Conclusions and Implications

These chunks show the all-pervasiveness of interactive meaning-making in conversation. The addition of chunks to the vocabulary syllabus is not an optional extra, since their meanings are extremely frequent, necessary, and fundamental to successful interaction. They make fluency a reality. But what descriptive and pedagogical lessons should we draw from all this? We offer the following:

  • High-frequency chunks are often more frequent than core single words.
  • The most frequent chunks, like the most frequent single words, perform core communicative functions in everyday interaction.
  • Fluency must involve the ability to call on a vocabulary of ready-assembled chunks.
  • We should not assume, however, that high-frequency chunks should be obligatory components of the learner's productive repertoire.
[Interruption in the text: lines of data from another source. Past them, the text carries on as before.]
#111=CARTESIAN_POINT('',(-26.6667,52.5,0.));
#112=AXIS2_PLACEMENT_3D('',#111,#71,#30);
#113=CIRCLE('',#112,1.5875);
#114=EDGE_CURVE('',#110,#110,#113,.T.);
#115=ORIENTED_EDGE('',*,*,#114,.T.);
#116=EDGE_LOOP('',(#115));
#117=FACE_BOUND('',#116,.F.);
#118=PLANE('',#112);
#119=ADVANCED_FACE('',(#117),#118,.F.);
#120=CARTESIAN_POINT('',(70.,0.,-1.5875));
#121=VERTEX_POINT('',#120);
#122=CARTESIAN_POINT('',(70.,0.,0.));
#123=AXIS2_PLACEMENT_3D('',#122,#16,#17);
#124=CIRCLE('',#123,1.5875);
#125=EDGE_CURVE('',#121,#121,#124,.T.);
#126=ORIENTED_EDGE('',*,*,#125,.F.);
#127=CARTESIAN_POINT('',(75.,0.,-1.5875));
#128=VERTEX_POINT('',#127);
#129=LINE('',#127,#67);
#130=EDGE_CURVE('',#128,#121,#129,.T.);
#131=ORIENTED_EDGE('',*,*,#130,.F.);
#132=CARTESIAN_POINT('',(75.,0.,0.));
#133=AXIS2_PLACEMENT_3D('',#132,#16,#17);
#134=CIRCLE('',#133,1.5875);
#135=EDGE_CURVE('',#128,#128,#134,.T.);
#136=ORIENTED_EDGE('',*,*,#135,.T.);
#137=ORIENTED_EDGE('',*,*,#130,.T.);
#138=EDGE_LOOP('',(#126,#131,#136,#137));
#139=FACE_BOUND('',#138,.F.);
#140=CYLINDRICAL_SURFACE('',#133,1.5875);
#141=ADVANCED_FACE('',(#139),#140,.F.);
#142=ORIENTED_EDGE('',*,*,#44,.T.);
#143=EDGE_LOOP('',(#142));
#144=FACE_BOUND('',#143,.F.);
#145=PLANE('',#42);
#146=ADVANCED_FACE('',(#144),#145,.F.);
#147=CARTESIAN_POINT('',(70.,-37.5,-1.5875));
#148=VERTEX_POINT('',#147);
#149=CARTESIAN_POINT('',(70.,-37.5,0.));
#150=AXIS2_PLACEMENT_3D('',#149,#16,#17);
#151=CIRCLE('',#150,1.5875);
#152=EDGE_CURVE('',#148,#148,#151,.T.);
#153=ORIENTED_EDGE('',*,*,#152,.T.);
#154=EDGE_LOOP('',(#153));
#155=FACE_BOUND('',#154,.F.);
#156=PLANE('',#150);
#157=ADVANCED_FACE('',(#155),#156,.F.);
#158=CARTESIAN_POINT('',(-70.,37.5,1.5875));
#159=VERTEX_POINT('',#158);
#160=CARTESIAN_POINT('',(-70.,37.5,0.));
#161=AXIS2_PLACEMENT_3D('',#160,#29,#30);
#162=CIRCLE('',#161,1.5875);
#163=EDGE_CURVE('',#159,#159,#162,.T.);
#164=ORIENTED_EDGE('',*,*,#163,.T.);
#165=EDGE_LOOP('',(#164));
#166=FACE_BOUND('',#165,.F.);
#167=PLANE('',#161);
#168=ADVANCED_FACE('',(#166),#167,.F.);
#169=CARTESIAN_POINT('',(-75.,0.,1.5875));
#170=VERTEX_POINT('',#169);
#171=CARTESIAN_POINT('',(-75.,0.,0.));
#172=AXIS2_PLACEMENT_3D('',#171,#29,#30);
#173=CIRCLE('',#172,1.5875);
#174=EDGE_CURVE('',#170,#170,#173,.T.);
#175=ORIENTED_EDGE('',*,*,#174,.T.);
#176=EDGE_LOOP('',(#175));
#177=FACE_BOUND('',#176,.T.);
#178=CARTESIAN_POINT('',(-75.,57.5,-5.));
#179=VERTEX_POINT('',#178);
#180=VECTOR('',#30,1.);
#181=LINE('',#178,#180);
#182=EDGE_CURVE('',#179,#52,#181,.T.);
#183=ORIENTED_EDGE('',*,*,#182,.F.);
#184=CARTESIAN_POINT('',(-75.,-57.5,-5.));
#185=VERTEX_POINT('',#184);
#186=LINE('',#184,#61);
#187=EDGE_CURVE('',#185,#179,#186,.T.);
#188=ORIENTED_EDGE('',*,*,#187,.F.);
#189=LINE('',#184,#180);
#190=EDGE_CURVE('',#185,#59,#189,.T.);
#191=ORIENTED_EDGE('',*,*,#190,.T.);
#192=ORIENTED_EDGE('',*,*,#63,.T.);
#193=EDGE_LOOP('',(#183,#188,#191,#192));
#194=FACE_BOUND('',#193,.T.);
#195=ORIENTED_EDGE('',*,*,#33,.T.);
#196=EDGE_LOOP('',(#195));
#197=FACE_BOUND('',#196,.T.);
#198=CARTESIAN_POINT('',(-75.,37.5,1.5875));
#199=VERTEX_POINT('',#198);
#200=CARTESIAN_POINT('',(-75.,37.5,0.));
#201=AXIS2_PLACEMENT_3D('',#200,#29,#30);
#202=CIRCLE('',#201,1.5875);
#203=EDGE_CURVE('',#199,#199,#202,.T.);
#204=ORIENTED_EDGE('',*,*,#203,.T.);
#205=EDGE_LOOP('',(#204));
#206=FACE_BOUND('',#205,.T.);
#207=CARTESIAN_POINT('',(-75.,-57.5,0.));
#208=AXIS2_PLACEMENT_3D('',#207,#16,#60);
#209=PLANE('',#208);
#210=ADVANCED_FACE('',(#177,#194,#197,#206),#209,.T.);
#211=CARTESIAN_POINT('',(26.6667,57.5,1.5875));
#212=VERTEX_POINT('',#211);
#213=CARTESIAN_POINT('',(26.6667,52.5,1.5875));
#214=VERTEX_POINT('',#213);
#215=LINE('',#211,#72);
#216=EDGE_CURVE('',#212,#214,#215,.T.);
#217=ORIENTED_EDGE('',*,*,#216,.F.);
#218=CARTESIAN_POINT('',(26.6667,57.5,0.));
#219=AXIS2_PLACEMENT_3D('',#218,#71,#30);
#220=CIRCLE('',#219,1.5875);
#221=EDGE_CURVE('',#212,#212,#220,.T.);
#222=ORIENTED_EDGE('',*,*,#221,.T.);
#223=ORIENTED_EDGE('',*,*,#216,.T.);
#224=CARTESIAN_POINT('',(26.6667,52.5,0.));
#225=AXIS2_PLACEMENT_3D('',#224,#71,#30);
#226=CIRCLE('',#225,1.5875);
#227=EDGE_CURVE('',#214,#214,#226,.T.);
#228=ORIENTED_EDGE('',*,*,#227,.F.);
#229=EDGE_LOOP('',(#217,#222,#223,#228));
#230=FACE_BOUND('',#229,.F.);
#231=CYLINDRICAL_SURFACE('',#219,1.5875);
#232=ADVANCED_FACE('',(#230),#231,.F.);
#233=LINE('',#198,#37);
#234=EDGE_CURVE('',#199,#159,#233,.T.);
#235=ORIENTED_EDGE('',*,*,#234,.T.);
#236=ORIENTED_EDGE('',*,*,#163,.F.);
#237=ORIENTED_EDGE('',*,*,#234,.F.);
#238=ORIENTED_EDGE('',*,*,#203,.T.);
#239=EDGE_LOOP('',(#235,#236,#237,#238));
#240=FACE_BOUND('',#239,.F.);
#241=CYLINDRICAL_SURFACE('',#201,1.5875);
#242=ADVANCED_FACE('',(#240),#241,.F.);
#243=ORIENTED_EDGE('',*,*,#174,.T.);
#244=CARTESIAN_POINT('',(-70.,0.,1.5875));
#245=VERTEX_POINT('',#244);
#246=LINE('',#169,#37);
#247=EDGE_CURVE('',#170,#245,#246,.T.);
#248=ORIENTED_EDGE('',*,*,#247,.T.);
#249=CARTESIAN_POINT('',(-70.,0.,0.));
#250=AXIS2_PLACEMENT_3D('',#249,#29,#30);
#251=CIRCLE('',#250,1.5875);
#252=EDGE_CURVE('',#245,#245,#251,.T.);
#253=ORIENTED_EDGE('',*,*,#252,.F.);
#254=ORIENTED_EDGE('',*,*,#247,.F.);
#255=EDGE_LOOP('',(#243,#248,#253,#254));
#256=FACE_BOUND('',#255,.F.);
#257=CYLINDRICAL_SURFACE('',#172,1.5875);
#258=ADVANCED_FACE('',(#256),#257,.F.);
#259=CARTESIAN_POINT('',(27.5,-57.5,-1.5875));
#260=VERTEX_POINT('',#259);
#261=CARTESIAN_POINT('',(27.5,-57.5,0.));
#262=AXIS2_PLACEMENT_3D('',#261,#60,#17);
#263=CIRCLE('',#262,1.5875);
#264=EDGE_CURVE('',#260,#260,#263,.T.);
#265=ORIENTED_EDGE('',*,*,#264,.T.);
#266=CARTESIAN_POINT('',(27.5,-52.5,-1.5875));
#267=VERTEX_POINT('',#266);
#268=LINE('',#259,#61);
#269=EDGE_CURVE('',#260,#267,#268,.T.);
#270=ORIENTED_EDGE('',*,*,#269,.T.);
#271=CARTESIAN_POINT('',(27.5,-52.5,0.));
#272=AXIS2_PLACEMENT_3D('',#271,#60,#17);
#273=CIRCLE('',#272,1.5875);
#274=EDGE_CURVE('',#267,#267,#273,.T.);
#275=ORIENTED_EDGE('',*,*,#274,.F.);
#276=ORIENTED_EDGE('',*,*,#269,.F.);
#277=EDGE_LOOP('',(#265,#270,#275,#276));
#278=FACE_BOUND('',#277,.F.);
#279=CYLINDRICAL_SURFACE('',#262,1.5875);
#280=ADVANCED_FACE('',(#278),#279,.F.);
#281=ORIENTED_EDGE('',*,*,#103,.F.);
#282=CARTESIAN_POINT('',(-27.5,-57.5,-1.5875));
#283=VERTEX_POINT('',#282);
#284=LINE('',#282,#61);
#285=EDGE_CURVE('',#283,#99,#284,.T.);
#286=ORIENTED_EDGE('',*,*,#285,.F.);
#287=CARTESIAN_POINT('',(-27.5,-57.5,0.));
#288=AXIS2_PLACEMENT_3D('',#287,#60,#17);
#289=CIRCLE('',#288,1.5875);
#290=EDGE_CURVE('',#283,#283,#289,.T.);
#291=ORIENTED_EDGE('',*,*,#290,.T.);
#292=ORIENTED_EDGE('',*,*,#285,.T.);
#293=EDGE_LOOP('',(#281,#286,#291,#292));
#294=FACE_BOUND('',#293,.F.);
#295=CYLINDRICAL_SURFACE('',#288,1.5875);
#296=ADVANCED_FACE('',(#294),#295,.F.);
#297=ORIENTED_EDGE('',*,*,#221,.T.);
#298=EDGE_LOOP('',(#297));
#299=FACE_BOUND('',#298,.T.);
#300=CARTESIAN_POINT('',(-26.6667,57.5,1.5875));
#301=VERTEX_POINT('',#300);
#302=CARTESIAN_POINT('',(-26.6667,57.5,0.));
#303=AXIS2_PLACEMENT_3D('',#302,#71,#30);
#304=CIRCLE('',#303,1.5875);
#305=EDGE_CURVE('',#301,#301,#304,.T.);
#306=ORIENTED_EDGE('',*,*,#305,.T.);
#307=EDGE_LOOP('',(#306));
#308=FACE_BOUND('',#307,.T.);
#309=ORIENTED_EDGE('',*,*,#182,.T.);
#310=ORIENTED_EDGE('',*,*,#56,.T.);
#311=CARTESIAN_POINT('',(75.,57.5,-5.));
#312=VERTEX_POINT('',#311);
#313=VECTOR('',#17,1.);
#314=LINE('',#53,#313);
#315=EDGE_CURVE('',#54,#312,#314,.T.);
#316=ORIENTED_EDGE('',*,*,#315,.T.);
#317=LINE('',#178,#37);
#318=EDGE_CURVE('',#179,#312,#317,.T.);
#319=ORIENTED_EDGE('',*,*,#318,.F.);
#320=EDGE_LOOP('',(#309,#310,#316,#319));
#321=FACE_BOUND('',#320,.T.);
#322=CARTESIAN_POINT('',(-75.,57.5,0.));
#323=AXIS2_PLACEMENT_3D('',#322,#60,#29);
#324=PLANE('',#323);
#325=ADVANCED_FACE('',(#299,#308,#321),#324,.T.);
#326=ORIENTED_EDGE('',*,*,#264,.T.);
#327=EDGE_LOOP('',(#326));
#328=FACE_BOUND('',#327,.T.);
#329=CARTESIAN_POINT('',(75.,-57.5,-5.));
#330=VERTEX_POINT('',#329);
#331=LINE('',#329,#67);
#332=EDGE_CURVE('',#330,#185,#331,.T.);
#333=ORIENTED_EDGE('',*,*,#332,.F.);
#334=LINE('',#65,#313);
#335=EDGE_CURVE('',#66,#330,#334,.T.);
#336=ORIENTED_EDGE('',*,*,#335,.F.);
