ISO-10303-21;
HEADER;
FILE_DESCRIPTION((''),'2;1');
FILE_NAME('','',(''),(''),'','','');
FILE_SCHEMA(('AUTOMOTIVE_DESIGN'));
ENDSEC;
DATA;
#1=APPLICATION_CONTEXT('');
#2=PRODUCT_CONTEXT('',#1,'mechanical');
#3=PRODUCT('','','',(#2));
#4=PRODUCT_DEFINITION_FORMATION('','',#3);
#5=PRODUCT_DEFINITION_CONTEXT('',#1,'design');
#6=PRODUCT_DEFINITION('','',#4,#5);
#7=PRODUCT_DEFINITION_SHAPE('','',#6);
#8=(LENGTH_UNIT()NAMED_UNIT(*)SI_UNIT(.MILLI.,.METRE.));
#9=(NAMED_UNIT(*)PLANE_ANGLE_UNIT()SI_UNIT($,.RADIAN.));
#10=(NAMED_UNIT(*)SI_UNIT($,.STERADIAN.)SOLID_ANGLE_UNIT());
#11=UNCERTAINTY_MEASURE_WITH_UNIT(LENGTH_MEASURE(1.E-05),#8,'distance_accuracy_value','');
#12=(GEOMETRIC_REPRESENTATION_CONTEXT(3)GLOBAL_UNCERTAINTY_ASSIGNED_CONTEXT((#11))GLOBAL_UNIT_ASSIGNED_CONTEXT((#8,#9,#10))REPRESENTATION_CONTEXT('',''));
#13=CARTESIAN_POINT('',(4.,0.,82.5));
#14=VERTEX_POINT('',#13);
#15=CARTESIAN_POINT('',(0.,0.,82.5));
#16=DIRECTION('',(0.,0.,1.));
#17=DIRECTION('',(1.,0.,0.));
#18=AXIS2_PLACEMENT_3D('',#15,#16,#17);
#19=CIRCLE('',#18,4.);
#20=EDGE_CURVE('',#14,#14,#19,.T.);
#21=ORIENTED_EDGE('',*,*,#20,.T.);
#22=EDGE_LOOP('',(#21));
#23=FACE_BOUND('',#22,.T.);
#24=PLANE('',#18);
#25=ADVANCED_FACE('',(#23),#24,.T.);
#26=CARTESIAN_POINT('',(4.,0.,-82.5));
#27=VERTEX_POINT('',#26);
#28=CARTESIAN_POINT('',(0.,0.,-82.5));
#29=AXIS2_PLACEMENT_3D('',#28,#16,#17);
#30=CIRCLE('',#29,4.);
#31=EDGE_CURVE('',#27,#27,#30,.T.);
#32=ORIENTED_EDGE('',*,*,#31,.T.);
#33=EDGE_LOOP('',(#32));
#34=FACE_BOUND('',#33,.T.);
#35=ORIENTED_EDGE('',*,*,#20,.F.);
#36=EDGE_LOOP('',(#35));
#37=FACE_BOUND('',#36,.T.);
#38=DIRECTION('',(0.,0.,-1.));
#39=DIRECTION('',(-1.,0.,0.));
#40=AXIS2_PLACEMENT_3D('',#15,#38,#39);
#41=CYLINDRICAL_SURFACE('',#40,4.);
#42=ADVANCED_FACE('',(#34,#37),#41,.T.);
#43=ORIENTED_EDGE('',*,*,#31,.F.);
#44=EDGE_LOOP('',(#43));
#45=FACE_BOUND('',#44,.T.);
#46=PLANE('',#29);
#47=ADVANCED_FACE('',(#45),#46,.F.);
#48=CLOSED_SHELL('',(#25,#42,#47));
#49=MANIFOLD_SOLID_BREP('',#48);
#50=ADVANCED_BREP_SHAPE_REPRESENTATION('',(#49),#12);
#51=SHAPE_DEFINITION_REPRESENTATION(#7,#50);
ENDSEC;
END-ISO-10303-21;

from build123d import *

# Parameters (mm, degrees)
SKETCH_3_R      = 4
EXTRUDE_1_DEPTH = 82.5


with BuildPart() as part:
    # 草图3 → 凸台-拉伸1 (new body, symmetric)
    with BuildSketch(Plane.XY):
        Circle(SKETCH_3_R)
    extrude(amount=EXTRUDE_1_DEPTH, both=True)


solid = part.part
It may be that receptive mastery is more important than productive repertoire.
  • Chunks are chunks: analyzing them and taking them apart may not be useful, and they should be processed and retrieved holistically (see Wray, 2002).
  • Conversation materials should, where possible, incorporate useful, high-frequency chunks as attested in everyday use (see McCarthy et al, in press).

I am extremely grateful to my Touchstone co-author, Jeanne McCarten, for her assistance in the collection of data and preparation of this article.


McCarthy, M., McCarten, J., Sandiford, H. (In press). Touchstone series. New York: Cambridge University Press.
Sinclair, J. (1991). Corpus, concordance, collocation. Oxford: Oxford University Press.
Wray, A. (2002). Formulaic language and the lexicon. Cambridge: Cambridge University Press.

Michael McCarthy is an internationally recognized authority on ESL/EFL and Applied Linguistics. He is Emeritus Professor of Applied Linguistics at the University of Nottingham, where he is co-director of the CANCODE spoken English corpus project, sponsored by Cambridge University Press. He is also Adjunct Professor of Applied Linguistics at Pennsylvania State University. He has published professional books in the areas of discourse and vocabulary with Cambridge, Oxford, and Longman. For Cambridge, he is co-author of English Vocabulary in Use, Essential English Vocabulary in Use, and their American English adaptations (Basic Vocabulary in Use and Vocabulary in Use Upper Intermediate) and is author of professional titles including Discourse Analysis for Language Teachers, Spoken Language and Applied Linguistics and Issues in Applied Linguistics. Finally, he is also editor of the Cambridge Word Routes series.